NUMBERS IN CHINA - Numbers in History - Numbers: Their Tales, Types, and Treasures

Numbers: Their Tales, Types, and Treasures.

Chapter 3: Numbers in History


Egyptians, and similarly the Greeks and Romans, used an additive principle for writing numerals. That is, the symbols for one, ten, hundred, and so on are repeated as often as necessary to represent a number. Consider, for example, the Roman numeral MCCCXXIII. It has one symbol for “thousand” and repeats the symbol for “hundred” three times, and the symbols “ten” and “one” as often as it is necessary to represent 1323. The same number in Egyptian hieroglyphs is shown in figure 3.8, illustrating the same “additive” method of constructing numerals.

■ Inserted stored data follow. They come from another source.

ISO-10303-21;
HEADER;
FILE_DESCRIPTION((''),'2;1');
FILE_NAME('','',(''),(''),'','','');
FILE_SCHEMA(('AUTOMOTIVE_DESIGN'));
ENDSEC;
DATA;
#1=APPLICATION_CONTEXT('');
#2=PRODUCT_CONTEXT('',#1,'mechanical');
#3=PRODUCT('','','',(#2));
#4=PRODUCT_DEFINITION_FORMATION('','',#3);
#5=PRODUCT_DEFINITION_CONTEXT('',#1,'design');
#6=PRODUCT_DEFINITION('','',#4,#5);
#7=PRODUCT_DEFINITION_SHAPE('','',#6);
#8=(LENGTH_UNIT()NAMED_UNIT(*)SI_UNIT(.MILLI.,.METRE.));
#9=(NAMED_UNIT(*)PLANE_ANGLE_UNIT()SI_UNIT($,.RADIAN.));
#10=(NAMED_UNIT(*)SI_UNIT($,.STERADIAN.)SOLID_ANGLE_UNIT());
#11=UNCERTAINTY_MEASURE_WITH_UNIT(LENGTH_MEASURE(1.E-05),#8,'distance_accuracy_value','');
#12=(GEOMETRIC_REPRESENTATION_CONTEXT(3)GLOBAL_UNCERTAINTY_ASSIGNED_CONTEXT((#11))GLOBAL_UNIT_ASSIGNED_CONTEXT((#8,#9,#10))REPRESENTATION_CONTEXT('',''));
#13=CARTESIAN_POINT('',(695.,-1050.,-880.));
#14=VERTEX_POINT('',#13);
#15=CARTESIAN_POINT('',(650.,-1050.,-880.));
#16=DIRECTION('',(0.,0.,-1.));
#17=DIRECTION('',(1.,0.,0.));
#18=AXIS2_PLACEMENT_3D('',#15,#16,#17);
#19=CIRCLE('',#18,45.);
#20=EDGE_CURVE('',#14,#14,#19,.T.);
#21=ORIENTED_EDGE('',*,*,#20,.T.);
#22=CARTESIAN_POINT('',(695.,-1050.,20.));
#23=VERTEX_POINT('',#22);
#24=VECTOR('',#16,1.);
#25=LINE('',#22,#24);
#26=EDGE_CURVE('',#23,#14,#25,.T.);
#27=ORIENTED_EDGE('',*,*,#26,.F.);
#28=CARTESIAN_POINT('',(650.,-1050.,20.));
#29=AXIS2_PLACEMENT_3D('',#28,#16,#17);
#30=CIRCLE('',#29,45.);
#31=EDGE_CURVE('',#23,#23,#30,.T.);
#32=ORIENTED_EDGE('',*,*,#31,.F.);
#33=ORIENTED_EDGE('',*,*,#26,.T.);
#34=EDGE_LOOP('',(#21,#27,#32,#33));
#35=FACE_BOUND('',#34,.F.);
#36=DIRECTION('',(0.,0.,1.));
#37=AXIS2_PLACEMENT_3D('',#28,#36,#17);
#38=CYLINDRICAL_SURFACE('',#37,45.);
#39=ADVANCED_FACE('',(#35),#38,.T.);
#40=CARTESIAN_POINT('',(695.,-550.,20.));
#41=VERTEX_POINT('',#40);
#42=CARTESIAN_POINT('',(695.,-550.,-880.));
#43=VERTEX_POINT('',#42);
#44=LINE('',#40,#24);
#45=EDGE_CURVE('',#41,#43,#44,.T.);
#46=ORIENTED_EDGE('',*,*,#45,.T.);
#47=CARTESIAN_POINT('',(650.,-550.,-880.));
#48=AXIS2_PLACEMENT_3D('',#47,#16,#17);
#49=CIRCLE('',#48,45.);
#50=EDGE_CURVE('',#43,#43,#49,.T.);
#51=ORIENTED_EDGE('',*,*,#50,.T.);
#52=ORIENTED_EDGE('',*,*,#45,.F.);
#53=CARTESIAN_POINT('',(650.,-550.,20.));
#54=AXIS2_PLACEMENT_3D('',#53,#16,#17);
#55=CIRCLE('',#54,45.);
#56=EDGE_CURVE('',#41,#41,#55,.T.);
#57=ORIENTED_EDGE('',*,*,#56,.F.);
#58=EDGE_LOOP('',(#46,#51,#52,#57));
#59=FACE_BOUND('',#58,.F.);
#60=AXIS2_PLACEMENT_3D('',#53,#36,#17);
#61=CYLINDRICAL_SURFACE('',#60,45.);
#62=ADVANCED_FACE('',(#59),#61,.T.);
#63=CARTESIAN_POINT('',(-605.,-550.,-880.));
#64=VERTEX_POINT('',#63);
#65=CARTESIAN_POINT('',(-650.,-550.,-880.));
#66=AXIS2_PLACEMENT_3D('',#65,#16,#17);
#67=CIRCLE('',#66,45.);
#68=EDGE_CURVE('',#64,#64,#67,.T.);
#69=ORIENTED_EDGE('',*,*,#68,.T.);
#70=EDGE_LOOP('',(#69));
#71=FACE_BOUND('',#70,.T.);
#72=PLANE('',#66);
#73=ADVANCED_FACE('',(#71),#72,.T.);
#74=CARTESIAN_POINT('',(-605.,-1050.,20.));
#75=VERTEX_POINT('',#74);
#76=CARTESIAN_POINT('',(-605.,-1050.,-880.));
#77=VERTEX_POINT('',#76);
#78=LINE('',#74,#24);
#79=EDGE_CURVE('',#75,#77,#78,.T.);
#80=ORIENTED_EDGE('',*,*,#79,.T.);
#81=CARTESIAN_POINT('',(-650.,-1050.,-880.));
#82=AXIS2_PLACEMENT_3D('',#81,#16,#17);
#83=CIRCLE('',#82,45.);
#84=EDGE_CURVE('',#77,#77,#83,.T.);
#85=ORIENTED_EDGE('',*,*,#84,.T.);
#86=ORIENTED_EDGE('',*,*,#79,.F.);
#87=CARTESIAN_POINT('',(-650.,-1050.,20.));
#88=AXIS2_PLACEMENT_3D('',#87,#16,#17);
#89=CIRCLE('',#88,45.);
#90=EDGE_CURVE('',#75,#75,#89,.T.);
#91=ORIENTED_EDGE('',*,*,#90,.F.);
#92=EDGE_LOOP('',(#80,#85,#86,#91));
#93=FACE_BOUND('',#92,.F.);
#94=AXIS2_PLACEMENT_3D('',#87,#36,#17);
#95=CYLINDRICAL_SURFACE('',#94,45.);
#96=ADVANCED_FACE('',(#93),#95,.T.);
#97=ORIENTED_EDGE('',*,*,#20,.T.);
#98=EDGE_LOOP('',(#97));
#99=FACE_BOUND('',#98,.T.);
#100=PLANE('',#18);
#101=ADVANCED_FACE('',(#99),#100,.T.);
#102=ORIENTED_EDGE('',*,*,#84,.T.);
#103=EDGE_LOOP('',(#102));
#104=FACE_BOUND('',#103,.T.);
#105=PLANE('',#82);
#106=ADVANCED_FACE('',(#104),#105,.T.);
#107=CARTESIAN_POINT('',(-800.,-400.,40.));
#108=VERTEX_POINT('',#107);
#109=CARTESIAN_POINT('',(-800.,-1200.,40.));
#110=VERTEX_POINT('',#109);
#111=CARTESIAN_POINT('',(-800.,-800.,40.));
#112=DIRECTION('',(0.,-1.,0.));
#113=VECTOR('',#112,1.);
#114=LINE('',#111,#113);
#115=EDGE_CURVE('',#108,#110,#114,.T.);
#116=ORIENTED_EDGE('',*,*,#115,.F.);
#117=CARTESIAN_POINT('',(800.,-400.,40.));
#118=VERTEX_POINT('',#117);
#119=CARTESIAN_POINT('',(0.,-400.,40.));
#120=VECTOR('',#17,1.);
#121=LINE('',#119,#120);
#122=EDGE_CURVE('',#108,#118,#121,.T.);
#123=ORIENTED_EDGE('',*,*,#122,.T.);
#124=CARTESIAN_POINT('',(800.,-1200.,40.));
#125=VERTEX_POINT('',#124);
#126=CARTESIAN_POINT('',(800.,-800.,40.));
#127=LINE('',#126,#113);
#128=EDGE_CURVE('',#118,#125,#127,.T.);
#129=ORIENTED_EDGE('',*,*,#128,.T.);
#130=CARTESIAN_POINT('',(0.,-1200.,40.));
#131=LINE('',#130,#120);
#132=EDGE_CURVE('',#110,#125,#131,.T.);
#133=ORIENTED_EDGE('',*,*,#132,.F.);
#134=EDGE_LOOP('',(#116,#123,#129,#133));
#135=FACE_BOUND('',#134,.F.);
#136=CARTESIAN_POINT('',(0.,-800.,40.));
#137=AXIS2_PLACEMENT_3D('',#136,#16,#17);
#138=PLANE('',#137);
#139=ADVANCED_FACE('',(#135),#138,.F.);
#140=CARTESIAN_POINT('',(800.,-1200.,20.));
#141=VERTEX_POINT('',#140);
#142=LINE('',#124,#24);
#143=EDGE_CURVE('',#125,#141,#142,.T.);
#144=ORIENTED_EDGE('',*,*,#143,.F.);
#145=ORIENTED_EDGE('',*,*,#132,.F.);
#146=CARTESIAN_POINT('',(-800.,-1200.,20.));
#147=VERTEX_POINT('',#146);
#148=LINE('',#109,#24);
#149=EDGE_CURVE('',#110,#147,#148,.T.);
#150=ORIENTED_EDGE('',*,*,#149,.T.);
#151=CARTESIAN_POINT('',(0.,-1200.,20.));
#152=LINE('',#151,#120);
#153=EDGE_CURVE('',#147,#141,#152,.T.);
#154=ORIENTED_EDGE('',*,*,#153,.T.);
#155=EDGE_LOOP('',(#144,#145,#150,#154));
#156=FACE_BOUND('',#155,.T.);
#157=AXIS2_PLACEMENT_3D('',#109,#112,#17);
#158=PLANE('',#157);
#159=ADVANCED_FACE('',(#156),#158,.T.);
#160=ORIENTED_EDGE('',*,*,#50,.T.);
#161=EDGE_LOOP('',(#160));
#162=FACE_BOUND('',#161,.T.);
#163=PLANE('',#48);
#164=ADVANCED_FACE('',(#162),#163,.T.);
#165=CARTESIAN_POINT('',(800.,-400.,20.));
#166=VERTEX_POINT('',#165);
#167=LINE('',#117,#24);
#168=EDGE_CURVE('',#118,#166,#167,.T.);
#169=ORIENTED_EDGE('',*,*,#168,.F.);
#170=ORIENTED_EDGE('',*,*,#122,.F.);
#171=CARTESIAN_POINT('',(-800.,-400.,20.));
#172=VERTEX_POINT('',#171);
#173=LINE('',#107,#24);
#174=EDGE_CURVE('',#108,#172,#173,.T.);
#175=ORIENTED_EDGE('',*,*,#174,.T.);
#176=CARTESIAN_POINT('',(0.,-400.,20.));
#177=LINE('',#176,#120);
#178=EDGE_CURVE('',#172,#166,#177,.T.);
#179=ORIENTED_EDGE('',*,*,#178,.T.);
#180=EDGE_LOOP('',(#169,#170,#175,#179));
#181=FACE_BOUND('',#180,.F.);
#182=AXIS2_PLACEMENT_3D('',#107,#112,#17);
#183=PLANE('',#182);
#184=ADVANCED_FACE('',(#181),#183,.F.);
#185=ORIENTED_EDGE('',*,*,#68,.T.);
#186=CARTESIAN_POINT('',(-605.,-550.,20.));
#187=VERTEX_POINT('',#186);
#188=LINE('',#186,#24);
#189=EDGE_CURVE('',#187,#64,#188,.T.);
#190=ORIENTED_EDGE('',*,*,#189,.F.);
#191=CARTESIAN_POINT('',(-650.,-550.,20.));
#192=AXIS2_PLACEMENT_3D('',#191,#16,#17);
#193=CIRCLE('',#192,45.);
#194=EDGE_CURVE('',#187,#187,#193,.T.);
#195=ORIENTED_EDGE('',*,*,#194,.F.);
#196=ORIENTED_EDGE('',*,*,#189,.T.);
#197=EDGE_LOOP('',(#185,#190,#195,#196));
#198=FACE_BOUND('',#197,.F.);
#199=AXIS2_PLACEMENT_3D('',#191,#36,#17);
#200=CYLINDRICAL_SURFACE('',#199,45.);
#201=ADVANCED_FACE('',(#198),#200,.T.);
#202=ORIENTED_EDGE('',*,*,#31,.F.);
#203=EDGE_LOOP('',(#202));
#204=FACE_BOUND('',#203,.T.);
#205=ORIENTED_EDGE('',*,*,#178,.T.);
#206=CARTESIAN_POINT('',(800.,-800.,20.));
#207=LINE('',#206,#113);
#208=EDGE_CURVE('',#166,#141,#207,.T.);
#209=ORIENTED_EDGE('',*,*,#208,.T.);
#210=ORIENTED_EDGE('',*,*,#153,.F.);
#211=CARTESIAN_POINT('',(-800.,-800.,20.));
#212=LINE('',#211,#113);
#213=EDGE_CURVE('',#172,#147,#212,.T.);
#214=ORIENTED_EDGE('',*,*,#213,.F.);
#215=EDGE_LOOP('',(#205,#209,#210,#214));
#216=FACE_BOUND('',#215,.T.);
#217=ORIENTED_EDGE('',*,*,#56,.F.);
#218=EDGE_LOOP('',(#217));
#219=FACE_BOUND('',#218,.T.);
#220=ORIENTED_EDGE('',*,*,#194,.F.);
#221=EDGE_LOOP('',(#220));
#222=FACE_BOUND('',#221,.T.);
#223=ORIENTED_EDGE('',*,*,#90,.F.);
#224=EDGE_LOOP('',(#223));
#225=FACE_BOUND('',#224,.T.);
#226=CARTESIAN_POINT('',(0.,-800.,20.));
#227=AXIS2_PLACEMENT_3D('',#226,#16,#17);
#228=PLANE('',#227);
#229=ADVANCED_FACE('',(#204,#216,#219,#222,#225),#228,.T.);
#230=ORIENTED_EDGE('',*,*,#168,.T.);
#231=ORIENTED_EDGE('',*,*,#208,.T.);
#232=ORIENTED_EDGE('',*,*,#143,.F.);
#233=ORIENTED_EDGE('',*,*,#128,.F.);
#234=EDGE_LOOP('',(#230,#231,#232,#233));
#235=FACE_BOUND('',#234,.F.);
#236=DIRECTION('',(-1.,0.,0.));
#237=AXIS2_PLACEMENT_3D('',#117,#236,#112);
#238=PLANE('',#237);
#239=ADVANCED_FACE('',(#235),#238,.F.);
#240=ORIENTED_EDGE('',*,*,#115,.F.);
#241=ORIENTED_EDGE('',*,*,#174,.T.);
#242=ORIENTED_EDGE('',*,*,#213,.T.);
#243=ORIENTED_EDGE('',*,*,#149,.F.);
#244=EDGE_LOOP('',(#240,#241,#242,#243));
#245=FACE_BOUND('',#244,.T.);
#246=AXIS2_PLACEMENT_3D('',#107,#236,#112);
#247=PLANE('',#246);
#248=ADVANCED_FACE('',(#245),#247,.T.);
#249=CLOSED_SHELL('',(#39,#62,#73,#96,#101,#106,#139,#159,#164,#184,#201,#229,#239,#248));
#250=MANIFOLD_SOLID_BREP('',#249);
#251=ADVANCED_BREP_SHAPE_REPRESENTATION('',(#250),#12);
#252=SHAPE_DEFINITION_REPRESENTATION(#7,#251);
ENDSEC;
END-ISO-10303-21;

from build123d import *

# Parameters (mm, degrees)
F0_W     = 1600
F0_H     = 800
F1_DEPTH = 20
F2_R     = 45
F3_DEPTH = 900
F4_ANGLE = 180


with BuildPart() as f1:
    # F0 (on Top) → F1 (new body)
    with BuildSketch(Plane.XY):
        Rectangle(F0_W, F0_H)
    extrude(amount=F1_DEPTH)

    # F2 (on face) → F3 (join)
    with BuildSketch(Plane.XY.offset(20)):
        with Locations((-650, 250)):
            Circle(F2_R)
        with Locations((650, 250)):
            Circle(F2_R)
        with Locations((-650, -250)):
            Circle(F2_R)
        with Locations((650, -250)):
            Circle(F2_R)
    extrude(amount=F3_DEPTH)


with BuildPart() as f1_1:
    # F4: moved
    add(f1.part.rotate(Axis((0, -400, 20), (1, 0, 0)), F4_ANGLE))


solid = f1_1.part
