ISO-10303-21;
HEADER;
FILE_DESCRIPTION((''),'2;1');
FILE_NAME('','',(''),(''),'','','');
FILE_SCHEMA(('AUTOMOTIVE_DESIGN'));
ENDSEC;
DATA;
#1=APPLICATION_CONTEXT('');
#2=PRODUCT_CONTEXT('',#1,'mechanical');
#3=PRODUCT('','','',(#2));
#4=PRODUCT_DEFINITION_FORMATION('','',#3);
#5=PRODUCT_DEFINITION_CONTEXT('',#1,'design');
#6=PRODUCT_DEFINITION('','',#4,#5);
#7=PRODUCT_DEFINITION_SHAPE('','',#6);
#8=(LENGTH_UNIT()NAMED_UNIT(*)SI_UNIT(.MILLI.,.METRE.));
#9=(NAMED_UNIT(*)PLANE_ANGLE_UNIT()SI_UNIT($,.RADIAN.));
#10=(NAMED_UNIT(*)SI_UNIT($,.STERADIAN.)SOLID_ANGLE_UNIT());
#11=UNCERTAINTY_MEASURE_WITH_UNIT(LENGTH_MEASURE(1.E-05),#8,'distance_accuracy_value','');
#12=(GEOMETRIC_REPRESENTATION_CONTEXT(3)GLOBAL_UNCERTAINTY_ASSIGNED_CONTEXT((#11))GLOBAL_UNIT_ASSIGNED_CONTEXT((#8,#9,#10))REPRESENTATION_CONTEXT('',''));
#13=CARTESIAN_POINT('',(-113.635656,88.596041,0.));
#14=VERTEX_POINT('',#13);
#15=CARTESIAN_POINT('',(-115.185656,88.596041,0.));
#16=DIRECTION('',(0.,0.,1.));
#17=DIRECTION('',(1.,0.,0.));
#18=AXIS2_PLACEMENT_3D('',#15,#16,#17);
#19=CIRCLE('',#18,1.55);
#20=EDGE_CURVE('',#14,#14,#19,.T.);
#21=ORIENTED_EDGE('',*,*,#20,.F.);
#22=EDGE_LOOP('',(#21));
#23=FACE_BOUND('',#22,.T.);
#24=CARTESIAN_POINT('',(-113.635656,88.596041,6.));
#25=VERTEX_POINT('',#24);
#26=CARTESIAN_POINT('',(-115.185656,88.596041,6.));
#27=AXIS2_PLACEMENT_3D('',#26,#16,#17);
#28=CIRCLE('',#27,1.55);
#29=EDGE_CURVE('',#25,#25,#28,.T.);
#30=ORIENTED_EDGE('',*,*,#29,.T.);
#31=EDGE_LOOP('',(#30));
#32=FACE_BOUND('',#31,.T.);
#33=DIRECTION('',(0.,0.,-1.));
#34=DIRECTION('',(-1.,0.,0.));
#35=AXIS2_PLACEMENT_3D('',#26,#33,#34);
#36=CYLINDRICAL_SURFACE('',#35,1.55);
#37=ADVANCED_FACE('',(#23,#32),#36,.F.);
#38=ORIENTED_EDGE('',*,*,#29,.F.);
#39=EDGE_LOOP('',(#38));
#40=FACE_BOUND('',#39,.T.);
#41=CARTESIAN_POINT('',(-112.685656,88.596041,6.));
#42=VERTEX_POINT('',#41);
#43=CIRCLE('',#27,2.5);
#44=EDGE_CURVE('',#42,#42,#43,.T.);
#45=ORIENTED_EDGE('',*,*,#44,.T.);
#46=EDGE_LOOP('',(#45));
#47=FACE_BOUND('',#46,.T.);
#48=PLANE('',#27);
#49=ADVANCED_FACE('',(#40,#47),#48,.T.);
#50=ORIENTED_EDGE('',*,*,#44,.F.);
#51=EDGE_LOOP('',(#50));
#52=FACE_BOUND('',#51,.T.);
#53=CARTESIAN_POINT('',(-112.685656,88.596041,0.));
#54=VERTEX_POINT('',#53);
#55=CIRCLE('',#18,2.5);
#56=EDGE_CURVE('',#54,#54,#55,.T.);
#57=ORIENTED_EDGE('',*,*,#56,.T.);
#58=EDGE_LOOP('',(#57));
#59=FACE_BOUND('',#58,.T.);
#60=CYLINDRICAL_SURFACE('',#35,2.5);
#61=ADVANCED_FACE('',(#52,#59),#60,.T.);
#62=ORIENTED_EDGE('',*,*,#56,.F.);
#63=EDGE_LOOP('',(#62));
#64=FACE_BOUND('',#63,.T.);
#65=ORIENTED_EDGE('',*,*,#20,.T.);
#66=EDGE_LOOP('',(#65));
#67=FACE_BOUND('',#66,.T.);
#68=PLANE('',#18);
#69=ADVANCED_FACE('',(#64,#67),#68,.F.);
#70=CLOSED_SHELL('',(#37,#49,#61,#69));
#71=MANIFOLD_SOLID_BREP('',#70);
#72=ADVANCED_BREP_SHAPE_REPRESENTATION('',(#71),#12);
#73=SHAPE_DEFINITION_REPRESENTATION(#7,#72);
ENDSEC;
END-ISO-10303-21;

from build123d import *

# Parameters (mm, degrees)
SZKIC1_R                    = 2.5
SZKIC1_R_2                  = 1.55
DODANIE_WYCI_GNI_CIE1_DEPTH = 6


with BuildPart() as part:
    # Szkic1 → Dodanie-wyciągnięcie1 (new body)
    with BuildSketch(Plane.XY):
        with Locations((-115.185656495, 88.596041137)):
            Circle(SZKIC1_R)
        with Locations((-115.185656495, 88.596041137)):
            Circle(SZKIC1_R_2, mode=Mode.SUBTRACT)
    extrude(amount=DODANIE_WYCI_GNI_CIE1_DEPTH)


solid = part.part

Figure 3.8: Egyptian and Roman additive system.

About three thousand years ago, the Chinese went a step further and developed a multiplicative-additive scheme. In its present form, this method of writing numerals has the number symbols shown in table 3.4:














Table 3.4: Chinese number symbols.

As with all other Chinese symbols, these signs represent words. They are just written forms of the spoken numbers, not separate kinds of symbols. Hence 七 corresponds to seven rather than 7.

In spoken language, the Chinese use a numeral system, essentially following the construction principle shown in table 2.1 in section 2.9. The written numerals are just the translations into a written form of the spoken number words. Additionally, the verbal scheme uses multiplication and addition at the same time.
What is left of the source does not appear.